Recycling’s Clean Sweep

Atlanta recycling

Care and attention can keep a wide range of waste out of the landfill.

Atlanta recycling

You’ve finished your New Year’s celebrations when you face a perennial question: Can I recycle these glass bottles? Yes, but how depends on where you live.

In the City of Atlanta, glass goes in the curbside recycling cart with other party refuse such as aluminum cans, cardboard boxes, paper cups and plastic bottles. But DeKalb County customers in Dunwoody and Brookhaven and city customers in Chamblee have to haul their glass to a county drop-off site. Sandy Springs residents, who hire private companies for trash and recyclable collection, have to bring glass to Keep North Fulton Beautiful’s recycling center.

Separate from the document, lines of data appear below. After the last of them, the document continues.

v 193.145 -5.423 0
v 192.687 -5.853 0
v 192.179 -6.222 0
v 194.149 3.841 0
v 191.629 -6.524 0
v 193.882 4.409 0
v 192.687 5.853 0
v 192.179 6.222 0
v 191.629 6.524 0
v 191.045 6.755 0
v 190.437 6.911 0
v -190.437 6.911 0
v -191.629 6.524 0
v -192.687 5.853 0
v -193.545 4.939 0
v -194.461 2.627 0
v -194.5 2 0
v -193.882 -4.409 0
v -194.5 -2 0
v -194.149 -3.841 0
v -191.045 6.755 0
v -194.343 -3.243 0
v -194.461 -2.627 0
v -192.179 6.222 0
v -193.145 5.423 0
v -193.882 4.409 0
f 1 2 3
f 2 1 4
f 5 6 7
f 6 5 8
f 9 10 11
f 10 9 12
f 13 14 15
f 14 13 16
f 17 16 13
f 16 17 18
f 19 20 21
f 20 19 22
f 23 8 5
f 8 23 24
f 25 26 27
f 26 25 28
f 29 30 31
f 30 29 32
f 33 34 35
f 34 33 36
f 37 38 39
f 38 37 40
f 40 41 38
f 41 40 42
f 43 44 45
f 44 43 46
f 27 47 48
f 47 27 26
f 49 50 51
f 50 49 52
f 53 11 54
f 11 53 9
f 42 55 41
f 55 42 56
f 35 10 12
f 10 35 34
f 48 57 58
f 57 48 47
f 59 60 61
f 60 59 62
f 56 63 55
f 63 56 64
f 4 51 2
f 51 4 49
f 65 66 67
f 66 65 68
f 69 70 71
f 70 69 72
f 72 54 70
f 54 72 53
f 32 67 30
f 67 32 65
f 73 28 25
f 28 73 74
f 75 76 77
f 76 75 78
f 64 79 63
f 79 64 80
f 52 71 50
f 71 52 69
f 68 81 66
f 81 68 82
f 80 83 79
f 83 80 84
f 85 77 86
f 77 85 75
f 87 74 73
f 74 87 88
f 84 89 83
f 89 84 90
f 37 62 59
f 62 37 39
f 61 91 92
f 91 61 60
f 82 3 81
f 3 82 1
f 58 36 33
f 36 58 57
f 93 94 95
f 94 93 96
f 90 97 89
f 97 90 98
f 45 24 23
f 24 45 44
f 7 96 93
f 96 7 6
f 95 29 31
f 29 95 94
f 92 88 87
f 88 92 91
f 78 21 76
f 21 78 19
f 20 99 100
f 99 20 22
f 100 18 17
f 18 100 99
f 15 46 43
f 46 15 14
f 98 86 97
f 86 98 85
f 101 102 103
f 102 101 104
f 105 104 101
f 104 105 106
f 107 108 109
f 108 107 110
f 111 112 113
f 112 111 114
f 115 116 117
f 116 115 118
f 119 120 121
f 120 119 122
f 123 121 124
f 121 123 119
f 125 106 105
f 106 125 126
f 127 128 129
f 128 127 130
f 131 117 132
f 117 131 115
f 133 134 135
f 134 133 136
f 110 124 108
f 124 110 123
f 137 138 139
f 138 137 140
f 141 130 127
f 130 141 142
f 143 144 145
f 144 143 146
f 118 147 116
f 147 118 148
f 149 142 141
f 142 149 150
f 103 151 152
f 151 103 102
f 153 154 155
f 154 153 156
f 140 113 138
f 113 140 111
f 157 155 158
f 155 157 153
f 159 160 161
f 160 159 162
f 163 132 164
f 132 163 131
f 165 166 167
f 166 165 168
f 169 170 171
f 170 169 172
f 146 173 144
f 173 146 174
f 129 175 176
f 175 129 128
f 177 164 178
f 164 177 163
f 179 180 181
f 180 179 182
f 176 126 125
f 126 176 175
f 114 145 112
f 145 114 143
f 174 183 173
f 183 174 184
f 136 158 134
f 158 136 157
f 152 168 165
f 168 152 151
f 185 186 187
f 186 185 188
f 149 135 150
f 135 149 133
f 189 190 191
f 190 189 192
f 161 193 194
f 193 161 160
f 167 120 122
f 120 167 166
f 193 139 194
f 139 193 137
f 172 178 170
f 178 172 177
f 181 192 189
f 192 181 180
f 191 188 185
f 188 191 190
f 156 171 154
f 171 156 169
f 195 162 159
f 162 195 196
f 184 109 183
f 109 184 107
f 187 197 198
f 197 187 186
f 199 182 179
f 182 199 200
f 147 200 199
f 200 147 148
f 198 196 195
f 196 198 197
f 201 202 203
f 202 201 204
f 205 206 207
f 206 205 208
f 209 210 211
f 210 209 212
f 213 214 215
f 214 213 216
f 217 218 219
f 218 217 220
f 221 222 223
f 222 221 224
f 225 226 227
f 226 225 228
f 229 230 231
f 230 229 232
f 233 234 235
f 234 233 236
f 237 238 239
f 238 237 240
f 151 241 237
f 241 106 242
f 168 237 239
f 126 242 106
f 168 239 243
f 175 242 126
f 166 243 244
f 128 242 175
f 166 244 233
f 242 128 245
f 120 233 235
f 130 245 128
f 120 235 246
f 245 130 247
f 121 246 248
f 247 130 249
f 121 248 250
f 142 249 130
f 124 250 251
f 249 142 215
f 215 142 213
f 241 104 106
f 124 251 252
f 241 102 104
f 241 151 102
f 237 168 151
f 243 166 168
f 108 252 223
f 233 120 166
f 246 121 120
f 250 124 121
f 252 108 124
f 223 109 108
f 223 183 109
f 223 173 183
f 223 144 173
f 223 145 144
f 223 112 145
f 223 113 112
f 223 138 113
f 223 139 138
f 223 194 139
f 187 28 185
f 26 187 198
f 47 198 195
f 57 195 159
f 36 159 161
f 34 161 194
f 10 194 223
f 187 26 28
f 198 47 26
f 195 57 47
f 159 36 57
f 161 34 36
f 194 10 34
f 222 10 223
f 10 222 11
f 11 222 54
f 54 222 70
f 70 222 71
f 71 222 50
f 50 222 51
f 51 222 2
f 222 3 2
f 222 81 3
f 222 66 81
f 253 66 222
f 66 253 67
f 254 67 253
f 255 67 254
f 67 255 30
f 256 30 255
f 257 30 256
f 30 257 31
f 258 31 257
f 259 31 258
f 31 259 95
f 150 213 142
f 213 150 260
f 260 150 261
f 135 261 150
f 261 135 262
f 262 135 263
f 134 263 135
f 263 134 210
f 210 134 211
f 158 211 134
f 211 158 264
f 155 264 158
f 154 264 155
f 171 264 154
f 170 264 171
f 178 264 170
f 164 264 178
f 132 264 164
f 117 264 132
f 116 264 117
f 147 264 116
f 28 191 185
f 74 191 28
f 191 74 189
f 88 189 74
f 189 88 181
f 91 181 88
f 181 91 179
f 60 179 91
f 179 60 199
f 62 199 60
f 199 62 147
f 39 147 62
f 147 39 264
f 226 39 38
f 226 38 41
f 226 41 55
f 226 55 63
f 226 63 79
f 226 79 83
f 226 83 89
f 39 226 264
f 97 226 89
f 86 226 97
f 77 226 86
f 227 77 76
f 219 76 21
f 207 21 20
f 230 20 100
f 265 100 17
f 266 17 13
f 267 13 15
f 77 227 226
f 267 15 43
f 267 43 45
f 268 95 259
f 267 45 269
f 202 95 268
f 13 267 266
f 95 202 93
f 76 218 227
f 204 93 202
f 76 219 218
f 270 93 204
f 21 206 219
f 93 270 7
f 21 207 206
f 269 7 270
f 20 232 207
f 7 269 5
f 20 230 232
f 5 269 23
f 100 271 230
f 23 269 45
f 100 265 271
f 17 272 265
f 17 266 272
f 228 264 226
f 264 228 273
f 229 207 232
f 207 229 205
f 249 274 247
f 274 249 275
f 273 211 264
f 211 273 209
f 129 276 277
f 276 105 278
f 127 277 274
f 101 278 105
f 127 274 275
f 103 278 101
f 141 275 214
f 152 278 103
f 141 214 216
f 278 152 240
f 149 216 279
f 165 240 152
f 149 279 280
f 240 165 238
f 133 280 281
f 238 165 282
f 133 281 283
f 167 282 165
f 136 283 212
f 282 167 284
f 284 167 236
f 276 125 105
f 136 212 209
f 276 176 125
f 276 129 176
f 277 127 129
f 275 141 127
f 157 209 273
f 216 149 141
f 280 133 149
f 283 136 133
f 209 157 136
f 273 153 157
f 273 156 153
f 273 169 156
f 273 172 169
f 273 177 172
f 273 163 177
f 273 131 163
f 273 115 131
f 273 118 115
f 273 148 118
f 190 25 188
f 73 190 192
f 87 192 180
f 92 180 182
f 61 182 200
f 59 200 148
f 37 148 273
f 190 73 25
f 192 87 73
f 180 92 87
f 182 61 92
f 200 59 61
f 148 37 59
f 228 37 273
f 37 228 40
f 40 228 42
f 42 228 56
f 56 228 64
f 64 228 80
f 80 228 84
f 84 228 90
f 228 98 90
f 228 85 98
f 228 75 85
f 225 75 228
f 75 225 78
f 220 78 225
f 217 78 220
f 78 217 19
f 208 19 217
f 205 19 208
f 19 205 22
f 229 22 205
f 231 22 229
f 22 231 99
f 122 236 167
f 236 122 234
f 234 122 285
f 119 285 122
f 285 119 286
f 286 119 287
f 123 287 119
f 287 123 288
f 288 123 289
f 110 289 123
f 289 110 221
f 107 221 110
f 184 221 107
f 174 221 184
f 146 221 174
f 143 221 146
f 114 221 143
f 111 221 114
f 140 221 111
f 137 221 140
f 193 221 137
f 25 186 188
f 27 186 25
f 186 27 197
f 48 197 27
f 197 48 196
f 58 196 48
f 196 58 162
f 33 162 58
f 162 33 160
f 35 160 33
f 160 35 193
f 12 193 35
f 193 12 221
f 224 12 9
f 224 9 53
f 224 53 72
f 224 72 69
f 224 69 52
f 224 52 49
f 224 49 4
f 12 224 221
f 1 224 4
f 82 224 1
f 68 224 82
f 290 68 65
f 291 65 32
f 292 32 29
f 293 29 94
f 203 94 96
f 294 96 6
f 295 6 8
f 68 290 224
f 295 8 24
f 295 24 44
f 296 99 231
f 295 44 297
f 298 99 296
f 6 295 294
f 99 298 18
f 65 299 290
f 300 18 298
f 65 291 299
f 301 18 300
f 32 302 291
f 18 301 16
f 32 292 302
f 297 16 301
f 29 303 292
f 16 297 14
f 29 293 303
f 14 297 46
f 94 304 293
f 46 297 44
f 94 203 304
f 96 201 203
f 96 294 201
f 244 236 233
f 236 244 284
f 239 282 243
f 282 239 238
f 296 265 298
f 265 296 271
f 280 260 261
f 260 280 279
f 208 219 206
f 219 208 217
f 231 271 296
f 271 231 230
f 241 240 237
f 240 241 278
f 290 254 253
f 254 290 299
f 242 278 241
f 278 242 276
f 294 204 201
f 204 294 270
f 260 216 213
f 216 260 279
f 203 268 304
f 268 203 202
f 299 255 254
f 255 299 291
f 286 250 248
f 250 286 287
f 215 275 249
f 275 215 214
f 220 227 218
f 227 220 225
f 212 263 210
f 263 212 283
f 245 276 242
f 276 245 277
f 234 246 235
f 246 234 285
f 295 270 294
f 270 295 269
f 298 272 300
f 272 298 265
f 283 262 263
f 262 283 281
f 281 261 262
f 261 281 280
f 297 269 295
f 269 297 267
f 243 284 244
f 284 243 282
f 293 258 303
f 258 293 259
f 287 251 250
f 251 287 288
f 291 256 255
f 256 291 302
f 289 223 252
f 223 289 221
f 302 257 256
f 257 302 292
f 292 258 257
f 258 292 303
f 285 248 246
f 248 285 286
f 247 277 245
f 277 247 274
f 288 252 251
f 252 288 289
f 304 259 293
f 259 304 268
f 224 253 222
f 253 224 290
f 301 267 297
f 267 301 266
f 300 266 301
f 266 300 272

Cost and contamination are key factors in the mix of glass rules. The market value of recycled materials in general has fallen, especially since China stopped importing them in 2018. Single-stream curbside recycling—putting all recyclables in one container outside your home—has increased participation by making recycling easier. But it also requires a collection facility to separate paper from plastic and aluminum from glass. Broken glass can damage machinery or injure workers during that processing. Bits of glass can stick in paper and plastic and contaminate them so that it’s not worth recycling them.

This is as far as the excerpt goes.